NR-35 Trabalho em Altura: Treinamento, EPI e Responsabilidades do Contratante no PIM
A Norma Regulamentadora 35 (NR-35) estabelece os requisitos mínimos e as medidas de proteção para o trabalho em altura, envolvendo o planejamento, a organização e a execução, de forma a garantir a segurança e a saúde dos trabalhadores envolvidos direta ou indiretamente com esta atividade. Seu cumprimento é fundamental para prevenir acidentes, exigindo treinamento adequado, o uso correto de Equipamentos de Proteção Individual (EPIs) e a clara definição das responsabilidades de todos os envolvidos, especialmente do contratante.
No contexto do Polo Industrial de Manaus (PIM), onde a diversidade de indústrias e a complexidade das operações demandam frequentemente atividades em altura, a aplicação rigorosa da NR-35 é ainda mais crítica. Empresas que atuam como contratantes no PIM precisam estar cientes de suas obrigações legais e éticas, assegurando que seus fornecedores e prestadores de serviço também estejam em plena conformidade. Ignorar esses preceitos pode resultar em graves acidentes, sanções legais e danos irreparáveis à reputação corporativa.
Conteúdo Programático Obrigatório e Validade do Treinamento NR-35
O treinamento da NR-35 é a base para a segurança em atividades realizadas acima de dois metros do nível inferior, onde há risco de queda. Seu objetivo primordial é capacitar o trabalhador a identificar, avaliar e controlar os riscos inerentes ao trabalho em altura, bem como a utilizar corretamente os sistemas de proteção. Este treinamento deve ser teórico e prático, com carga horária mínima de oito horas, e ministrado por instrutores com comprovada proficiência no assunto.
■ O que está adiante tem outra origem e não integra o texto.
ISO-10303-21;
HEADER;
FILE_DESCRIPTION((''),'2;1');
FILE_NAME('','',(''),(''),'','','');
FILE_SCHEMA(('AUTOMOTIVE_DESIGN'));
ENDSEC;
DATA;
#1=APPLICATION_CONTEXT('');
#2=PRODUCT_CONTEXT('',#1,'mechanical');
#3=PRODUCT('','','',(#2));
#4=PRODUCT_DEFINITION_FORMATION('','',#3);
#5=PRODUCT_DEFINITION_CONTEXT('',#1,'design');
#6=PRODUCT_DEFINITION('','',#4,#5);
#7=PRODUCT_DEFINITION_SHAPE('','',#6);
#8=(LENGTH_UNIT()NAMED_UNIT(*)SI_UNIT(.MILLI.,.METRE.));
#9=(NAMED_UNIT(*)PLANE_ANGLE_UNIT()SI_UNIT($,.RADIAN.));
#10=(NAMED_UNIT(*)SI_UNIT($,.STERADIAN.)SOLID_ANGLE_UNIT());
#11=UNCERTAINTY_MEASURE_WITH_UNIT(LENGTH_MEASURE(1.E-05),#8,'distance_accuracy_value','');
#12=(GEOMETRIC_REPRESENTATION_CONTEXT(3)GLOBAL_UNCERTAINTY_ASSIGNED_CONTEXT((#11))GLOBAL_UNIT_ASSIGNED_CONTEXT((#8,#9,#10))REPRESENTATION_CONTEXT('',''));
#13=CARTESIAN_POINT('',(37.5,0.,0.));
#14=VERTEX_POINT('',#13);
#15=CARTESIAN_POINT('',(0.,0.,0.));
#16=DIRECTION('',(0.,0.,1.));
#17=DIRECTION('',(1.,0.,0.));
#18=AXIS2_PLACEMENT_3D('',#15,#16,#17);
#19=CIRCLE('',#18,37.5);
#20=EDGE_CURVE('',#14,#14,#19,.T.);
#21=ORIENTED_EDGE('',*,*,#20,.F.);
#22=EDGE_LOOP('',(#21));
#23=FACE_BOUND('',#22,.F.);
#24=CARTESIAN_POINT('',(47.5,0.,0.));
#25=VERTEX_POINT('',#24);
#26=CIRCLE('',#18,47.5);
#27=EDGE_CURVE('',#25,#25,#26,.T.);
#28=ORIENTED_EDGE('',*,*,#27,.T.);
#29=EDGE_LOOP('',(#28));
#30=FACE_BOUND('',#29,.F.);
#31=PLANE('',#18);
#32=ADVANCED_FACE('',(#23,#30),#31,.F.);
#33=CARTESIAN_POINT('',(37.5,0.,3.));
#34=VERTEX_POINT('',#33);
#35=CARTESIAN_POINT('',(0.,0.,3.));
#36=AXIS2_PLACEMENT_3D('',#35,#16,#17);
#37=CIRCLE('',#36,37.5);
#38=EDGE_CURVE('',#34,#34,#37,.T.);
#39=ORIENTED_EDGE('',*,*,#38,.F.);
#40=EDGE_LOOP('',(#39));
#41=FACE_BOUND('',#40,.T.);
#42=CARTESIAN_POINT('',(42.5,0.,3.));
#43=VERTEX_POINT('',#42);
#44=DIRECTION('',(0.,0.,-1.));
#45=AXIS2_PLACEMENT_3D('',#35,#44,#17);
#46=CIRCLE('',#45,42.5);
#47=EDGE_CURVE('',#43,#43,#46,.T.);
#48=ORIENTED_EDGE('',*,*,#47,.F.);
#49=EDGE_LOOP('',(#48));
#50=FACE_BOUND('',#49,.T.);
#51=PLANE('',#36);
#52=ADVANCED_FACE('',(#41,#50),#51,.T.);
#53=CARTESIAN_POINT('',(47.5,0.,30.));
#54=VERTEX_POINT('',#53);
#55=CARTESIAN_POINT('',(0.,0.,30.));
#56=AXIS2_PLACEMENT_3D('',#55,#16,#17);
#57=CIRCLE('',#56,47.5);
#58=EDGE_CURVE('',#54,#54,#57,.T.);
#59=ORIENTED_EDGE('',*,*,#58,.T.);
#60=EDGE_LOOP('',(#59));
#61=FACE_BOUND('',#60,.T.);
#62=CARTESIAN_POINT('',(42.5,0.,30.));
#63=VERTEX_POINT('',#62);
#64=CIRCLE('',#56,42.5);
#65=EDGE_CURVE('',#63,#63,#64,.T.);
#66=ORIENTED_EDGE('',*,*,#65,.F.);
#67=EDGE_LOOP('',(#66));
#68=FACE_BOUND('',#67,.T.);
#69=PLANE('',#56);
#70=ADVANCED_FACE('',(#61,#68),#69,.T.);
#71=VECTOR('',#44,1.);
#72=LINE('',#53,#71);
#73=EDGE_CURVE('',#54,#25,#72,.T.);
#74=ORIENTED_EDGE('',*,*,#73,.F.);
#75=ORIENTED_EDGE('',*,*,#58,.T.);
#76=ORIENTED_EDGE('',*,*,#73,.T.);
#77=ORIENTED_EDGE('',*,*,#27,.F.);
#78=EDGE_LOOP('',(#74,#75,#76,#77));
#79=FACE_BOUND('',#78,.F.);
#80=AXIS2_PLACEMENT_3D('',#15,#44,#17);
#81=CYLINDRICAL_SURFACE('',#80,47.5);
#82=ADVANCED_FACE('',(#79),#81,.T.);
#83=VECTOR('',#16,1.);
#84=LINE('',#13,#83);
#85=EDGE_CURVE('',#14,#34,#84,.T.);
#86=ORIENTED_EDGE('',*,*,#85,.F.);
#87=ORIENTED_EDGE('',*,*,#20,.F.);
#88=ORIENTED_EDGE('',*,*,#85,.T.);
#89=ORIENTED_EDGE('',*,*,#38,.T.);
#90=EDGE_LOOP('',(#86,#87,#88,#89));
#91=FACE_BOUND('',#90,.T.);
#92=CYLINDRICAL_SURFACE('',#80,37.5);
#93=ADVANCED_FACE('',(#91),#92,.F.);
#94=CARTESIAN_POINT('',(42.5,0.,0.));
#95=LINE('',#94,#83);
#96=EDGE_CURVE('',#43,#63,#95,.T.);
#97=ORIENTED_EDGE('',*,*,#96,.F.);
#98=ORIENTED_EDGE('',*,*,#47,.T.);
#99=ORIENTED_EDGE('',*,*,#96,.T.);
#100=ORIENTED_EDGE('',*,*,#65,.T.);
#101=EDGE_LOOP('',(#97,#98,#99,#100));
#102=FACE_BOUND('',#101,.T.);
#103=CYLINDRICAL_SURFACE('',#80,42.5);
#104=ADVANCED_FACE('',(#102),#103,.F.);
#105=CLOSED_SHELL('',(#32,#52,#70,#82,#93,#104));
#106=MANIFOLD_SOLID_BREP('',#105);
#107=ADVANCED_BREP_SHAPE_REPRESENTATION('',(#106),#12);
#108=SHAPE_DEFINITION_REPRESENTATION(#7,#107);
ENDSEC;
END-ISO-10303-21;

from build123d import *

# Parameters (mm, degrees)
F0_R     = 47.5
F0_R_2   = 42.5
F1_DEPTH = 30
F0_R_3   = 37.5
F2_DEPTH = 3


with BuildPart() as f1:
    # F0 (on Top) → F1 (new body)
    with BuildSketch(Plane.XY):
        Circle(F0_R)
        Circle(F0_R_2, mode=Mode.SUBTRACT)
    extrude(amount=F1_DEPTH)

    # F0 (on Top) → F2 (join)
    with BuildSketch(Plane.XY):
        Circle(F0_R)
        Circle(F0_R_2, mode=Mode.SUBTRACT)
        Circle(F0_R_2)
        Circle(F0_R_3, mode=Mode.SUBTRACT)
    extrude(amount=F2_DEPTH)


solid = f1.part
O conteúdo programático obrigatório abrange uma série de tópicos essenciais. Inclui as normas e regulamentos aplicáveis ao trabalho em altura, a análise de riscos e as condições impeditivas, os sistemas, equipamentos e procedimentos de proteção coletiva (EPC) e individual (EPI). Além disso, aborda a conduta em situações de emergência, incluindo noções de técnicas de resgate e primeiros socorros, garantindo que o trabalhador esteja preparado para diversas eventualidades. A compreensão desses pontos é vital para a prevenção de acidentes.
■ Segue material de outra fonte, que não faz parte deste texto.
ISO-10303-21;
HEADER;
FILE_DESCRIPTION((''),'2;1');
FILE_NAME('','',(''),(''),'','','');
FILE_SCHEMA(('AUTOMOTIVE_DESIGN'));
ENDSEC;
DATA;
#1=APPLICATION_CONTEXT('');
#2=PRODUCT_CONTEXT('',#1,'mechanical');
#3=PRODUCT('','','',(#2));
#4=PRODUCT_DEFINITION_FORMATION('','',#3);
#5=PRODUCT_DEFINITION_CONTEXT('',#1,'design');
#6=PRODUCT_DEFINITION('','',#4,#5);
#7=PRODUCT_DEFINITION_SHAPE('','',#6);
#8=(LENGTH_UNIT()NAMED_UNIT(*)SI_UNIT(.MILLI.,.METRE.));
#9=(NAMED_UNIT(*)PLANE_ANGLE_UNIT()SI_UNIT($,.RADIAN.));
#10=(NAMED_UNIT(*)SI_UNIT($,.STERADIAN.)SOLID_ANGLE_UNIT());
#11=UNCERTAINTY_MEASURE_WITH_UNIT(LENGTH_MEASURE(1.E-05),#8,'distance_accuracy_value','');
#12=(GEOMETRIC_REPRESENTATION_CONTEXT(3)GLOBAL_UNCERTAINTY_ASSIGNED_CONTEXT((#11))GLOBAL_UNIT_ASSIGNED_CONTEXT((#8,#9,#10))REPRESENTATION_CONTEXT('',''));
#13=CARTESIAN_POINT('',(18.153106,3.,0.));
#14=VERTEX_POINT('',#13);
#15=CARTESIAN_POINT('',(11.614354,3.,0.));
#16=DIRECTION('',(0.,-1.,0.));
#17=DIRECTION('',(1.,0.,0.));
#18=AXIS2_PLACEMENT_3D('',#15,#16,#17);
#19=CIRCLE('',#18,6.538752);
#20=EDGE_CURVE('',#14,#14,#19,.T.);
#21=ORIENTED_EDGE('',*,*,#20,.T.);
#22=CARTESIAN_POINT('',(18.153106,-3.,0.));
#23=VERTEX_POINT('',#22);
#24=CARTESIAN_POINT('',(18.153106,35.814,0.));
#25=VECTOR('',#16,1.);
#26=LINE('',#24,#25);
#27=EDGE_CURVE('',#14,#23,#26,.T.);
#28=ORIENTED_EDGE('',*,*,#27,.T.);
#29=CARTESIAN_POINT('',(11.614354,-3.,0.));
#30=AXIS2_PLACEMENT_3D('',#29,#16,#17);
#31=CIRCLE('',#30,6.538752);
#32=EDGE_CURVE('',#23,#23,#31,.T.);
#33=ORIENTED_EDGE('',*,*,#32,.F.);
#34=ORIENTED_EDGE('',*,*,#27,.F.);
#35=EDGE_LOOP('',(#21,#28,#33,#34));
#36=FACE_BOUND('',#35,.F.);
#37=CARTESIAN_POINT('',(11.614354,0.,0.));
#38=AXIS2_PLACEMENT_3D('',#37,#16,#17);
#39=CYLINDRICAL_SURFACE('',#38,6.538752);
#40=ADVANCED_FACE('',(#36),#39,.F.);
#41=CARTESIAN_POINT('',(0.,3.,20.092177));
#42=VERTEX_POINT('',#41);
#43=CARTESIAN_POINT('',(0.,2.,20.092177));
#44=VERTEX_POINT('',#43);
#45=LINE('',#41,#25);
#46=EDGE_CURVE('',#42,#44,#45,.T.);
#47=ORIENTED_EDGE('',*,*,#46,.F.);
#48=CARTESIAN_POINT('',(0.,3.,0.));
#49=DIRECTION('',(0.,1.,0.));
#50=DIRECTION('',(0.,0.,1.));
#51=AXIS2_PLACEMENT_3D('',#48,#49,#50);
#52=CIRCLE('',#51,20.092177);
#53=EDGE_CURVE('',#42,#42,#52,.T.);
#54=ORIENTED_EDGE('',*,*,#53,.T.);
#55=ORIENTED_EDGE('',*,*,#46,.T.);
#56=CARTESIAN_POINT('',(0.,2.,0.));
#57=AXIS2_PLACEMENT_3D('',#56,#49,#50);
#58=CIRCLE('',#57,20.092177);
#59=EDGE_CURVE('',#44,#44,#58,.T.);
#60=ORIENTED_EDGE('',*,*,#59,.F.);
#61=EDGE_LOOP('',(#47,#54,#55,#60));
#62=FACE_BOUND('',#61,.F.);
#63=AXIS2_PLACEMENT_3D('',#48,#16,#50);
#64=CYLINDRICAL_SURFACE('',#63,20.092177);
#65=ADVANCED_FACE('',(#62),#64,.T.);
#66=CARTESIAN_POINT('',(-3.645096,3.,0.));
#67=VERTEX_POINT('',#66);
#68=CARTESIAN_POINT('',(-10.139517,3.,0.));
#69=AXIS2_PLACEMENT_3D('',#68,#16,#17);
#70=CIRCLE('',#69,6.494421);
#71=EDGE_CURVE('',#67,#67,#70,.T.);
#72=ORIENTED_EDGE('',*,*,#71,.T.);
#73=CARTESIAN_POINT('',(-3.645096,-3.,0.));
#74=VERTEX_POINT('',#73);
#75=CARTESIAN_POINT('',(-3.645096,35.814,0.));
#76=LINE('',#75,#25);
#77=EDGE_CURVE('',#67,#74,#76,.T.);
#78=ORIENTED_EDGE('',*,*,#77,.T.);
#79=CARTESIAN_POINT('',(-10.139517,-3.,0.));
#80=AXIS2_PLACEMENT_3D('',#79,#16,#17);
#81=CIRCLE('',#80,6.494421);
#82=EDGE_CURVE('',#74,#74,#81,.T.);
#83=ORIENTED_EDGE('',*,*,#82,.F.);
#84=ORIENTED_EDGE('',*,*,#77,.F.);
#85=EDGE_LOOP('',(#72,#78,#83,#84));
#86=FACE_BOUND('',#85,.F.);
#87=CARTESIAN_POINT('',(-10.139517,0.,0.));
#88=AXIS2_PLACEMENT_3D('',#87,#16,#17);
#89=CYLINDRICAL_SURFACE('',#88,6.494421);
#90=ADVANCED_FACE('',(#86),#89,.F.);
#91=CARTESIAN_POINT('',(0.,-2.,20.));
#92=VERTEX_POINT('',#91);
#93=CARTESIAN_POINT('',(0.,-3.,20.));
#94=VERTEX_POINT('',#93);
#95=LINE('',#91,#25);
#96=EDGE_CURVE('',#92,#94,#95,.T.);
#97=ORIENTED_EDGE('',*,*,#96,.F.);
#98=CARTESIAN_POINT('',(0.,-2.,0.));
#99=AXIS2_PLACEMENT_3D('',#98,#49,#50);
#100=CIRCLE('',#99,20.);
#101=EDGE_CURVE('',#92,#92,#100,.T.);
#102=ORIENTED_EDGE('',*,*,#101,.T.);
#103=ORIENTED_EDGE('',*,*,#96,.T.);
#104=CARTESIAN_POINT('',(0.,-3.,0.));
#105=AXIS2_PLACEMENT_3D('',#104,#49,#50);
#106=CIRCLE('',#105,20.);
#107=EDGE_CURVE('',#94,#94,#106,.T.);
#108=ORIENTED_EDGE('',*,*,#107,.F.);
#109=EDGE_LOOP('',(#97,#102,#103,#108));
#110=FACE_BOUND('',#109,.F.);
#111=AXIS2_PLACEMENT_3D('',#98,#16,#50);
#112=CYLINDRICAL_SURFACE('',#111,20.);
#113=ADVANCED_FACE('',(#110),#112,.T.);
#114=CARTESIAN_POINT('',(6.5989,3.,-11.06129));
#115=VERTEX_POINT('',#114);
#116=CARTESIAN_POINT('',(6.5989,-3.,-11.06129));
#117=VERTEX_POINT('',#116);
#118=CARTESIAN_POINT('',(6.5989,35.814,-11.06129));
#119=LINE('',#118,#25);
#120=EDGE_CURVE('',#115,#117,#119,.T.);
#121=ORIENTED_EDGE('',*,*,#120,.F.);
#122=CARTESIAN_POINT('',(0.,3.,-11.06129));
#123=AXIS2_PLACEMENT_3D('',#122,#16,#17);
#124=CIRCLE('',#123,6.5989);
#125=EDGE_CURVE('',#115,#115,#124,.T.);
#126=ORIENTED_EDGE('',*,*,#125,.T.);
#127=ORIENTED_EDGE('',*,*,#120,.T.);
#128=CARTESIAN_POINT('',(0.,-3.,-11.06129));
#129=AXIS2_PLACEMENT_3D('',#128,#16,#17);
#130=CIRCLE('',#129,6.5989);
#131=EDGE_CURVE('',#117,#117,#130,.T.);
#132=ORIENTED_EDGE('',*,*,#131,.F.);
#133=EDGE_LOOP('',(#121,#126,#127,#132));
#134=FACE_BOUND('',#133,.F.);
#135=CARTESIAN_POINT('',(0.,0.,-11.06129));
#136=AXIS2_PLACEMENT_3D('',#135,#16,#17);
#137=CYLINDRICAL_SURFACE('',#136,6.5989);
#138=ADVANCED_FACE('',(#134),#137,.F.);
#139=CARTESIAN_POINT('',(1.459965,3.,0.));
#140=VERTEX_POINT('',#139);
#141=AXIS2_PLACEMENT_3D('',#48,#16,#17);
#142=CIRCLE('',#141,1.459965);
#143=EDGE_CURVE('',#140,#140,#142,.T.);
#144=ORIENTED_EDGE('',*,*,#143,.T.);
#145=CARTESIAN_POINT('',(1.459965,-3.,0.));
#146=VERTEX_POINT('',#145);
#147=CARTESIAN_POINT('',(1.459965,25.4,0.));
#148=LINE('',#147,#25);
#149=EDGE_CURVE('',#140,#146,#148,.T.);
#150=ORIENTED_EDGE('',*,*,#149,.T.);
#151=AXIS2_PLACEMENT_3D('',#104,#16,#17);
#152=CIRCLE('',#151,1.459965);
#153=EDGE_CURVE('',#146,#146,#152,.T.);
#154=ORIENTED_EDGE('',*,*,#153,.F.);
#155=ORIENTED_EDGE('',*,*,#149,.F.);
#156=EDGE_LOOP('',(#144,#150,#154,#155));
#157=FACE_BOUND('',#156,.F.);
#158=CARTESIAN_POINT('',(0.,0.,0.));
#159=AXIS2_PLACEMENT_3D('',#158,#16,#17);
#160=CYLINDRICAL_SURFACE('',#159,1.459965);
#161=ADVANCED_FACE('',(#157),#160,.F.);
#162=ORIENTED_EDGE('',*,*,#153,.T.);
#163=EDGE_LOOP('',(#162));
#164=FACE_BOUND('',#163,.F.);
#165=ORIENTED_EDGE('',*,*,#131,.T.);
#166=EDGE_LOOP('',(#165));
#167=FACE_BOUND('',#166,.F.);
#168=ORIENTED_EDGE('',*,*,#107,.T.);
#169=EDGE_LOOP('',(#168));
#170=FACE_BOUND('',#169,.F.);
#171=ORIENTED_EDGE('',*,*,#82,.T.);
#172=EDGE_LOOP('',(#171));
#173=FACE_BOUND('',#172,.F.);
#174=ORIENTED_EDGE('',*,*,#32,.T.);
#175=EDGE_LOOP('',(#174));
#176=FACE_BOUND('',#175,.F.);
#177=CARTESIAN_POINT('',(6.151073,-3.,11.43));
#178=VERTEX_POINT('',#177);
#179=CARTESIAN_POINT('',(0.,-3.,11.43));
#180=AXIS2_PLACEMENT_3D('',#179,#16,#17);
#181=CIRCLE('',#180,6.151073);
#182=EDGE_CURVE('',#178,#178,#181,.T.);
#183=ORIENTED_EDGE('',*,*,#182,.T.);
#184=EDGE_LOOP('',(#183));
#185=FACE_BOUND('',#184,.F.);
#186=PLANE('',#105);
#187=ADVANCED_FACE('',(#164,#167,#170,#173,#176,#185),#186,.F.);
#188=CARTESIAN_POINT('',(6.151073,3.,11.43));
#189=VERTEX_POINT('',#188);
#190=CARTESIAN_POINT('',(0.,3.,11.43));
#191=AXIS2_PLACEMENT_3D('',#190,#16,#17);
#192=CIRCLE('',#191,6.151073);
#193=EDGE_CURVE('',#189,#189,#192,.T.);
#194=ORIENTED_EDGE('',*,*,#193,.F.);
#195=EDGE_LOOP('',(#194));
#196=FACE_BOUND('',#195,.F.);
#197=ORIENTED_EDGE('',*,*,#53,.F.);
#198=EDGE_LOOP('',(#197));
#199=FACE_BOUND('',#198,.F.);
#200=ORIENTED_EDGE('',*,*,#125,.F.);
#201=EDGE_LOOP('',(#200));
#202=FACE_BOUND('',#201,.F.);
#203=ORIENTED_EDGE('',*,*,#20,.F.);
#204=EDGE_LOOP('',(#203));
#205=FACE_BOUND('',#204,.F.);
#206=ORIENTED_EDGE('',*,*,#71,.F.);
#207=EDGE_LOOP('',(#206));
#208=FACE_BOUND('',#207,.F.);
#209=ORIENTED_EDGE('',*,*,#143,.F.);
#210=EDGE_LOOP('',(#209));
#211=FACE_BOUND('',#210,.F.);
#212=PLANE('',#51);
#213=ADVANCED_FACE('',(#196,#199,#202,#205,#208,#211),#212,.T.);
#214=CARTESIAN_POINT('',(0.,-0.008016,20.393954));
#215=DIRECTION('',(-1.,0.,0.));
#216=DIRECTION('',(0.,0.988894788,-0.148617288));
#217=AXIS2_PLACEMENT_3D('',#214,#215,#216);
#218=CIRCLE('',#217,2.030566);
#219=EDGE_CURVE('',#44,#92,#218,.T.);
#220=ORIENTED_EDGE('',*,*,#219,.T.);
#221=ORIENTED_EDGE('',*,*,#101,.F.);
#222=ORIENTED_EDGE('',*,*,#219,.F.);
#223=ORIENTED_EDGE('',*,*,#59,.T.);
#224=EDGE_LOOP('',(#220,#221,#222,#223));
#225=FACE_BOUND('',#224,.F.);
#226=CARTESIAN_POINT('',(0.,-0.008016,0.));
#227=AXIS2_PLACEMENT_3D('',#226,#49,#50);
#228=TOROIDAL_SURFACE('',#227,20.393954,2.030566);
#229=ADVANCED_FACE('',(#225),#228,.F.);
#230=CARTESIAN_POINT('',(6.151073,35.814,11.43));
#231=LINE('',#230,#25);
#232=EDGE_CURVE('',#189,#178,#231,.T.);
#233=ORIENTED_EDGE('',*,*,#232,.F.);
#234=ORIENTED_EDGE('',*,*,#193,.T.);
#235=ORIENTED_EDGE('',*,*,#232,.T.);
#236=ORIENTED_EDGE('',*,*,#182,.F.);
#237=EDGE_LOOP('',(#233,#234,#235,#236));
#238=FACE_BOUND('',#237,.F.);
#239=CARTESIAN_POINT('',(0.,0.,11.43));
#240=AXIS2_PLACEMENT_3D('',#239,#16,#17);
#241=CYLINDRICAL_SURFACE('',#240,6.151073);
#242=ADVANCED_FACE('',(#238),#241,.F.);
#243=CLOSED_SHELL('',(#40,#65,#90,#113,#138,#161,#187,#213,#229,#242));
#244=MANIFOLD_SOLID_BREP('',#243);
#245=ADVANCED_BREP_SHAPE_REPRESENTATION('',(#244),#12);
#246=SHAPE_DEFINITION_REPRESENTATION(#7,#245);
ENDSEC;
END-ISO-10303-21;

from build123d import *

# Parameters (mm, degrees)
F2_R          = 1.459965
F3_DEPTH      = 23.4188
F3_DEPTH_BACK = 25.4
F5_R          = 6.151073
F5_R_2        = 6.494421
F5_R_3        = 6.5989
F5_R_4        = 6.538752
F6_DEPTH      = 38.608
F6_DEPTH_BACK = 35.814


with BuildPart() as f1:
    # F0 (on Right) → F1 (revolve)
    with BuildSketch(Plane.YZ):
        with BuildLine():
            Line((-3, 20), (-3, 0))
            Line((-3, 0), (3, 0))
            Line((3, 0), (3, 20.092177))
            Line((3, 20.092177), (2, 20.092177))
            ThreePointArc((2, 20.092177), (0.038764, 18.363927), (-2, 20))
            Line((-2, 20), (-3, 20))
        make_face()
    revolve(axis=Axis((0, 0, 0), (0, 1, 0)))


with BuildPart() as f3:
    # F2 (on Front) → F3 (new body, two sides)
    with BuildSketch(Plane.XZ) as f3_sk:
        Circle(F2_R)
    extrude(amount=F3_DEPTH)
    extrude(f3_sk.sketch, amount=-F3_DEPTH_BACK)


with BuildPart() as f1_1:
    add(f1.part)

    # F4: cut F3
    add(f3.part, mode=Mode.SUBTRACT)


with BuildPart() as f6:
    # F5 (on Front) → F6 (new body, two sides)
    with BuildSketch(Plane.XZ) as f6_sk:
        with Locations((0, 11.43)):
            Circle(F5_R)
        with Locations((-10.139517, 0)):
            Circle(F5_R_2)
        with Locations((0, -11.06129)):
            Circle(F5_R_3)
        with Locations((11.614354, 0)):
            Circle(F5_R_4)
    extrude(amount=F6_DEPTH)
    extrude(f6_sk.sketch, amount=-F6_DEPTH_BACK)


with BuildPart() as f1_2:
    add(f1_1.part)

    # F7: cut F6
    add(f6.part, mode=Mode.SUBTRACT)


solid = f1_2.part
A validade do treinamento NR-35 é de dois anos, sendo obrigatória a realização de um treinamento periódico após esse período. Contudo, a norma prevê situações em que o treinamento deve ser refeito antes do prazo, como em casos de mudança nos procedimentos operacionais, alteração nas condições ou métodos de trabalho, ou após um acidente que envolva o trabalho em altura. Também é exigido um novo treinamento quando há um retorno ao trabalho após afastamento superior a noventa dias.
É responsabilidade do empregador garantir que todos os trabalhadores envolvidos em atividades em altura recebam o treinamento adequado e que este esteja sempre atualizado. A documentação comprobatória do treinamento, incluindo o conteúdo programático, carga horária, data e nome dos instrutores, deve ser mantida pela empresa e disponibilizada à fiscalização. A não conformidade com esses requisitos pode acarretar em multas, interdições e, mais gravemente, colocar em risco a vida dos trabalhadores.

Inspeção Periódica e Descarte de Cintos de Segurança e Talabartes
Os Equipamentos de Proteção Individual (EPIs), especialmente os cintos de segurança tipo paraquedista e os talabartes, são a última linha de defesa contra quedas em trabalho em altura. A eficácia desses equipamentos depende diretamente de sua integridade e funcionalidade. Por isso, a NR-35 exige que sejam realizadas inspeções rigorosas antes de cada uso, além de inspeções periódicas mais detalhadas, conforme as especificações do fabricante e as normas técnicas aplicáveis.
A inspeção deve verificar todos os componentes do EPI. No cinto de segurança, deve-se observar a condição das fitas (ausência de cortes, abrasões, desfiados, queimaduras ou contaminação por produtos químicos), as fivelas e argolas (sem deformações, trincas ou corrosão), e as costuras (integridade e ausência de desfiados). Nos talabartes, além da fita, é crucial inspecionar os conectores (mosquetões) quanto ao funcionamento do travamento, deformações e corrosão, e o absorvedor de energia, se presente, para verificar se não foi acionado.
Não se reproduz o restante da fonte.